A decade after the millennium, the imagery in Li-lan’s work has been tranquil and peaceful yet full of energy and with implications of movements. The rectangle motifs of envelopes and postcards demonstrate the fundamental grid in her composition as usual. In addition to rigid geometry, there is a suggestion of passing time and diverse visual rhythms to her work. The multiple airmail envelopes of tonal variations look like they are being delivered or sent back (Bird of Minerva – 2004). Appearances of human figures, doing full body exercises, resemble the recordings of still shots in film frames to form a continuous sequence in motion (Fable – 2003 & Legend – 2003).
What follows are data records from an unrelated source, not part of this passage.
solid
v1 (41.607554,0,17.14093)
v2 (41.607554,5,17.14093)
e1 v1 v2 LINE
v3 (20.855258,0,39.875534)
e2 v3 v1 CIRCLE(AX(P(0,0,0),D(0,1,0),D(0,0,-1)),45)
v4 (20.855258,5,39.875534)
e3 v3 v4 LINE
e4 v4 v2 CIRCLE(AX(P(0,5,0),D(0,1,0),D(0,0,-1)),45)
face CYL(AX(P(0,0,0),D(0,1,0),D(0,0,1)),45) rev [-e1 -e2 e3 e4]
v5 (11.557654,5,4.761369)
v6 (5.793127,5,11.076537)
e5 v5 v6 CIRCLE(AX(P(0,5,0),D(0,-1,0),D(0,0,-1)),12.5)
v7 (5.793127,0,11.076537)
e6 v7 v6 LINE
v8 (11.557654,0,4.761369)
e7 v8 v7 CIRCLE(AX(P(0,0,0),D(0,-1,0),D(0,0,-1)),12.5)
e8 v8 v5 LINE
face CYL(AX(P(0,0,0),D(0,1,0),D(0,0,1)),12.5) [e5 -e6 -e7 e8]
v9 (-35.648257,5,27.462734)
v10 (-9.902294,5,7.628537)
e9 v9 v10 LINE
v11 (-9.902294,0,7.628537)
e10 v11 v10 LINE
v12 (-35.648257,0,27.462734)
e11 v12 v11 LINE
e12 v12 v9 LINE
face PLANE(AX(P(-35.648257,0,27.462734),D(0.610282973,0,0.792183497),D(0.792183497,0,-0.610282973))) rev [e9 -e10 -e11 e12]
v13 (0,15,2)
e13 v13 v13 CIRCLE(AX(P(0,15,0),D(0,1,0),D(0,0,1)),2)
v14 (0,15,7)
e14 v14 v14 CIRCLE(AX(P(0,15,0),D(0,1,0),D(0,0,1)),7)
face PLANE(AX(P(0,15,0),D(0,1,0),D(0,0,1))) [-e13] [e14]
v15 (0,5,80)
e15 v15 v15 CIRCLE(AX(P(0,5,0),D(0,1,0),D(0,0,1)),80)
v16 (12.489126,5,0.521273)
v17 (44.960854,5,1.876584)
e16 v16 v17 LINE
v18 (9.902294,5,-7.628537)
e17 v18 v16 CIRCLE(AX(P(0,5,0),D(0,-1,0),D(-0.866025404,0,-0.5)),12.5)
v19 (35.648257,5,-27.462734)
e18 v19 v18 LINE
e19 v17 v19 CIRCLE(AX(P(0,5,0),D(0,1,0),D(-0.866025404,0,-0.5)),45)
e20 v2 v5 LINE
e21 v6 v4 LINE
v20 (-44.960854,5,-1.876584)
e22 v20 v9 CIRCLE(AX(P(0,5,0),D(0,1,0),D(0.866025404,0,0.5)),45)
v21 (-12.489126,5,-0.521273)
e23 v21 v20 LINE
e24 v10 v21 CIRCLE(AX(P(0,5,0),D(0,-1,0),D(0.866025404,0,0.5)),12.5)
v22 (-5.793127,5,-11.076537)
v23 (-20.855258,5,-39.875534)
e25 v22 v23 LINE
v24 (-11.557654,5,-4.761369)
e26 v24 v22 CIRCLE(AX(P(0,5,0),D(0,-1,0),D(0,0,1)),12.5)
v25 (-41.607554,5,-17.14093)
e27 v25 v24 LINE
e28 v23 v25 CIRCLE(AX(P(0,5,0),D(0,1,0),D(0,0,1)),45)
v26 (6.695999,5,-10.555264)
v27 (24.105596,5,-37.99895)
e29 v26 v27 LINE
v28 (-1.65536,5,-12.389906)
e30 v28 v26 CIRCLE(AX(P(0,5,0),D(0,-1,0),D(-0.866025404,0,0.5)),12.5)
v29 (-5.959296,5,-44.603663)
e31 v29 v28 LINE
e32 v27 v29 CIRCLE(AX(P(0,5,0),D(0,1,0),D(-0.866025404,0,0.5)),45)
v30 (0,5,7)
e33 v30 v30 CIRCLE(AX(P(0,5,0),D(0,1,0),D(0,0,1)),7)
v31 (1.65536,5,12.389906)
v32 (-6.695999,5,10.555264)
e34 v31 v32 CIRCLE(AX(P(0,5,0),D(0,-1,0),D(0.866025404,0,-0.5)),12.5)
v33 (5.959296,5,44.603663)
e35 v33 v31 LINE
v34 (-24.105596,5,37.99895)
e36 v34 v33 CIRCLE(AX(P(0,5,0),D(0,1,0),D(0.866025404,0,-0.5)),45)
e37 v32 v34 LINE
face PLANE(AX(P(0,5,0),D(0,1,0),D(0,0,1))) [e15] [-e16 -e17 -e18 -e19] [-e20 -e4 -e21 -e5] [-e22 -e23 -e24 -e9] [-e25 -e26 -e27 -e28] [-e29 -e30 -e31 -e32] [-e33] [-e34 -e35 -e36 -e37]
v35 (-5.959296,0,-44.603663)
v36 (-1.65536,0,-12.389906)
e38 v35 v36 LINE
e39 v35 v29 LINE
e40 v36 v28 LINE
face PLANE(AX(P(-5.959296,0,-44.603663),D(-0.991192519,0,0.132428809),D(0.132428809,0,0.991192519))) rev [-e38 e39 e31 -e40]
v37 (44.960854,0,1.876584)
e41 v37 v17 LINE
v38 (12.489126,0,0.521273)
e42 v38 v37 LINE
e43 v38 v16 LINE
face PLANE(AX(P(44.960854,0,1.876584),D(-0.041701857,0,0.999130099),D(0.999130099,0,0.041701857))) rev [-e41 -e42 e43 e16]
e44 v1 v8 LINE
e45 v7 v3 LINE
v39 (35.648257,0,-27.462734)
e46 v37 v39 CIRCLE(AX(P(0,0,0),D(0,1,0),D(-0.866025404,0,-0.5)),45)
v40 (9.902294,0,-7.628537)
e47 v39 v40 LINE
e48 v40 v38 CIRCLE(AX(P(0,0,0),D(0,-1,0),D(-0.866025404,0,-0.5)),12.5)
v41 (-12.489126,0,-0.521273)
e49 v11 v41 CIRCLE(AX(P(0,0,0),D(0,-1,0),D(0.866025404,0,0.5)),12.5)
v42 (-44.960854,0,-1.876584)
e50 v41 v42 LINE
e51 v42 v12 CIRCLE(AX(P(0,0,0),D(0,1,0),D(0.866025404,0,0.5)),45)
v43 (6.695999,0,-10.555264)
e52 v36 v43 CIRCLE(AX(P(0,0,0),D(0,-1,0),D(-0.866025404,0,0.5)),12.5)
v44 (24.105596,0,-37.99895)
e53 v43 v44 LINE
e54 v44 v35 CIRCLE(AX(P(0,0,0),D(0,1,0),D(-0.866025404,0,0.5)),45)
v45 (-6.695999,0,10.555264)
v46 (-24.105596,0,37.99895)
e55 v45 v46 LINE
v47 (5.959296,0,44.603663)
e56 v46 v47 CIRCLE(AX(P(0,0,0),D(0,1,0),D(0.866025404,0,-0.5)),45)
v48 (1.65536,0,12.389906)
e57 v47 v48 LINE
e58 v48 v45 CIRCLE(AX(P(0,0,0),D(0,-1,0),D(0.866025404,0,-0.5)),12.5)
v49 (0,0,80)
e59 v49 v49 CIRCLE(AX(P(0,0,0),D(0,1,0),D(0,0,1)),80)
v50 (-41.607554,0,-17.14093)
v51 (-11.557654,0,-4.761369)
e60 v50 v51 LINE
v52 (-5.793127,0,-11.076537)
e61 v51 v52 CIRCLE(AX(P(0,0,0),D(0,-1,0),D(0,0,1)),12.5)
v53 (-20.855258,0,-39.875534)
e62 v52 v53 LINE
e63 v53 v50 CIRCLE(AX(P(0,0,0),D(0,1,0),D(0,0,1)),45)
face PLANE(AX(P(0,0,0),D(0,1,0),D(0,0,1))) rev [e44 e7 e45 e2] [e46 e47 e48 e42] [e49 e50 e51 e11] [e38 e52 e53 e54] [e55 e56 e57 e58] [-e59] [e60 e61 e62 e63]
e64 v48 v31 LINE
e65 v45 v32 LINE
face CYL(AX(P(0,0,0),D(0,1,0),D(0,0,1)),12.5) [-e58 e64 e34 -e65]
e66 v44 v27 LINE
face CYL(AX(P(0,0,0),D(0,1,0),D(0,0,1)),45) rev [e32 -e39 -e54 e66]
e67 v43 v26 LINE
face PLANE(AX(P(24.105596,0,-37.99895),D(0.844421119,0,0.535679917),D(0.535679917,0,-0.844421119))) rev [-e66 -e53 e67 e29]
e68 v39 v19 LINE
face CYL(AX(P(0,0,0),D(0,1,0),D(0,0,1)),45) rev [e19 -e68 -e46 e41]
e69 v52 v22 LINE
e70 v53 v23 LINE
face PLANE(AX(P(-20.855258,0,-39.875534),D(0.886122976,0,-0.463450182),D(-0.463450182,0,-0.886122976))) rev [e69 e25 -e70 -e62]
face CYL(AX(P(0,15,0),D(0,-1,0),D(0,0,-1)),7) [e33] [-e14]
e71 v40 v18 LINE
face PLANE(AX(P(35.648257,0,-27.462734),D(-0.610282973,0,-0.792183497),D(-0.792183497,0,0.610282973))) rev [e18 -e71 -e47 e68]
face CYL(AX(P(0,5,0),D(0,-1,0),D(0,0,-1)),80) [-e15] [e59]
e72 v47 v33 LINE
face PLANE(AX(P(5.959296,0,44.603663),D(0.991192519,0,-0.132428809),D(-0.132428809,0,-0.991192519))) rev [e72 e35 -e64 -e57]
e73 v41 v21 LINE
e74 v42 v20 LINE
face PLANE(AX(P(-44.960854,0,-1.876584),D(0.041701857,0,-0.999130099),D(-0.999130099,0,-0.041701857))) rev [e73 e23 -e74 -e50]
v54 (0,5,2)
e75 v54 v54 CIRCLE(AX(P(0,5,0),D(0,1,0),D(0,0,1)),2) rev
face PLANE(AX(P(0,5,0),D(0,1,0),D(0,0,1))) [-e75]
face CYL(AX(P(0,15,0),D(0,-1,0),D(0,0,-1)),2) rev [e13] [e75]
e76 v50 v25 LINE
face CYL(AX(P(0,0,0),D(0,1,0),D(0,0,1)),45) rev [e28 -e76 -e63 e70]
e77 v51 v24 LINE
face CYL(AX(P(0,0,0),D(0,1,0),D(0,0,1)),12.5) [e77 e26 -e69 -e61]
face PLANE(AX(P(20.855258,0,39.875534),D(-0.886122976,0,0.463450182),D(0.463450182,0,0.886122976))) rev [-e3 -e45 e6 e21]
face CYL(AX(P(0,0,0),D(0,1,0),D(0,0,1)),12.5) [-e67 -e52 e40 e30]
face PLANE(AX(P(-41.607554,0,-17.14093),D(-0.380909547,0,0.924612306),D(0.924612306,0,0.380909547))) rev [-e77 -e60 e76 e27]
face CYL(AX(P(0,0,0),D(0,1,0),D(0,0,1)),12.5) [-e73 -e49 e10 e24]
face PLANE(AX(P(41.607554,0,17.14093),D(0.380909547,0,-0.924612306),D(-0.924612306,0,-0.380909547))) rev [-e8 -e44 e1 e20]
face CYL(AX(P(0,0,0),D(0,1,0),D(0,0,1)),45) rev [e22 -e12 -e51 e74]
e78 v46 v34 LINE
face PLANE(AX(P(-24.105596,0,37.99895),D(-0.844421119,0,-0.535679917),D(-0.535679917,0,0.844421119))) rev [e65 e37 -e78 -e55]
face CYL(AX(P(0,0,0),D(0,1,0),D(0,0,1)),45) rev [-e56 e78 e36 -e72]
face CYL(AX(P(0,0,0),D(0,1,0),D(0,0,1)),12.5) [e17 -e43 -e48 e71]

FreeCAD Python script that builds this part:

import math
import FreeCAD as App
import Part
import Sketcher
Q = App.Units.Quantity

doc = App.newDocument("Part")
body = doc.addObject("PartDesign::Body", "Body")

# Sketch on XZ plane
sketch1 = body.newObject("Sketcher::SketchObject", "Sketch")
sketch1.AttachmentSupport = (doc.getObject("XZ_Plane"), [""])
sketch1.MapMode = "FlatFace"
sketch1.addGeometry(Part.Circle(App.Vector(0, 0, 0), App.Vector(0, 0, 1), 80), False)
sketch1.addConstraint([
    Sketcher.Constraint("Coincident", 0, 3, -1, 1),
    Sketcher.Constraint("Diameter", 0, Q("160 mm")),
])
pad1 = body.newObject("PartDesign::Pad", "Pad")
pad1.Profile = sketch1
pad1.Length = 5
pad1.Reversed = True

# Sketch on XZ plane
sketch2 = body.newObject("Sketcher::SketchObject", "Sketch001")
sketch2.AttachmentSupport = (doc.getObject("XZ_Plane"), [""])
sketch2.MapMode = "FlatFace"
sketch2.AttachmentOffset = App.Placement(App.Vector(0, 0, -5), App.Rotation())
sketch2.addGeometry([
    Part.LineSegment(App.Vector(-42, -17, 0), App.Vector(-12, -5, 0)),
    Part.ArcOfCircle(Part.Circle(App.Vector(0, 0, 0), App.Vector(0, 0, 1), 12), math.radians(-158), math.radians(-118)),
    Part.LineSegment(App.Vector(-6, -11, 0), App.Vector(-21, -40, 0)),
    Part.ArcOfCircle(Part.Circle(App.Vector(0, 0, 0), App.Vector(0, 0, 1), 45), math.radians(-158), math.radians(-118)),
], False)
sketch2.addConstraint([
    Sketcher.Constraint("Coincident", 0, 2, 1, 1),
    Sketcher.Constraint("Coincident", 1, 2, 2, 1),
    Sketcher.Constraint("Coincident", 2, 2, 3, 2),
    Sketcher.Constraint("Coincident", 3, 1, 0, 1),
    Sketcher.Constraint("Coincident", 1, 3, -1, 1),
    Sketcher.Constraint("Coincident", 3, 3, -1, 1),
    Sketcher.Constraint("Radius", 3, Q("45 mm")),
    Sketcher.Constraint("Radius", 1, Q("12.5 mm")),
    Sketcher.Constraint("DistanceX", 3, 1, 0, 2, Q("30.0499 mm")),
    Sketcher.Constraint("DistanceY", 0, 2, -1, 1, Q("4.761369 mm")),
    Sketcher.Constraint("DistanceX", 2, 2, -1, 1, Q("20.855258 mm")),
    Sketcher.Constraint("DistanceX", 2, 2, 1, 2, Q("15.062131 mm")),
])
pocket1 = body.newObject("PartDesign::Pocket", "Pocket")
pocket1.Profile = sketch2
pocket1.Type = "ThroughAll"
pocket1.Reversed = True
doc.recompute()

polarpattern = body.newObject("PartDesign::PolarPattern", "PolarPattern")
polarpattern.Originals = [pocket1]
polarpattern.Axis = (doc.getObject("Y_Axis"), [""])
polarpattern.Angle = 360
polarpattern.Occurrences = 6
body.Tip = polarpattern

# Sketch on XZ plane
sketch3 = body.newObject("Sketcher::SketchObject", "Sketch002")
sketch3.AttachmentSupport = (doc.getObject("XZ_Plane"), [""])
sketch3.MapMode = "FlatFace"
sketch3.AttachmentOffset = App.Placement(App.Vector(0, 0, -5), App.Rotation())
sketch3.addGeometry([
    Part.Circle(App.Vector(0, 0, 0), App.Vector(0, 0, 1), 7),
    Part.Circle(App.Vector(0, 0, 0), App.Vector(0, 0, 1), 2),
], False)
sketch3.addConstraint([
    Sketcher.Constraint("Coincident", 0, 3, -1, 1),
    Sketcher.Constraint("Coincident", 1, 3, -1, 1),
    Sketcher.Constraint("Diameter", 0, Q("14 mm")),
    Sketcher.Constraint("Diameter", 1, Q("4 mm")),
])
pad2 = body.newObject("PartDesign::Pad", "Pad001")
pad2.Profile = sketch3
pad2.Length = 10
pad2.Reversed = True

doc.recompute()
Li-lan invites viewers to the visual space that she has delicately constructed. The ragged edge of stamps disappears off the picture frame. It is similar to the zooming-in of a camera lens from faraway to a close-up. It resets the focus, and brings out the hidden place in the corner of a stamp or postcard. More unknown scenes have been revealed. Flying bees (Silent Journey – 2005), racecars (Be Bee – 2005), and airplanes (Mandarin Mandrill – 2006), take viewers from a bird’s eye view, through time and space, to the wooden sculpted doors open under a blue crystal roof. Seemingly, viewers step into a spacious courtyard and a Chinese lady’s study room where she concentrates on reading in a world of books (Contemplation – 2010).

Li-lan’s new work, inspired by the Japanese folktales of Kaidan, from the Edo Period, replete with narrative opportunities, provides free associations between imagination and reality, and guides viewers into her profound reverie. In fact, the impact of Kaidan on her work is more visual than bound to particular symbolism. The new canvases, where Li-lan represents various fictional Japanese ladies, with long hair blowing in the wind and beautiful costumes of colorful tones, seem to lead even more into the ethereal unknown.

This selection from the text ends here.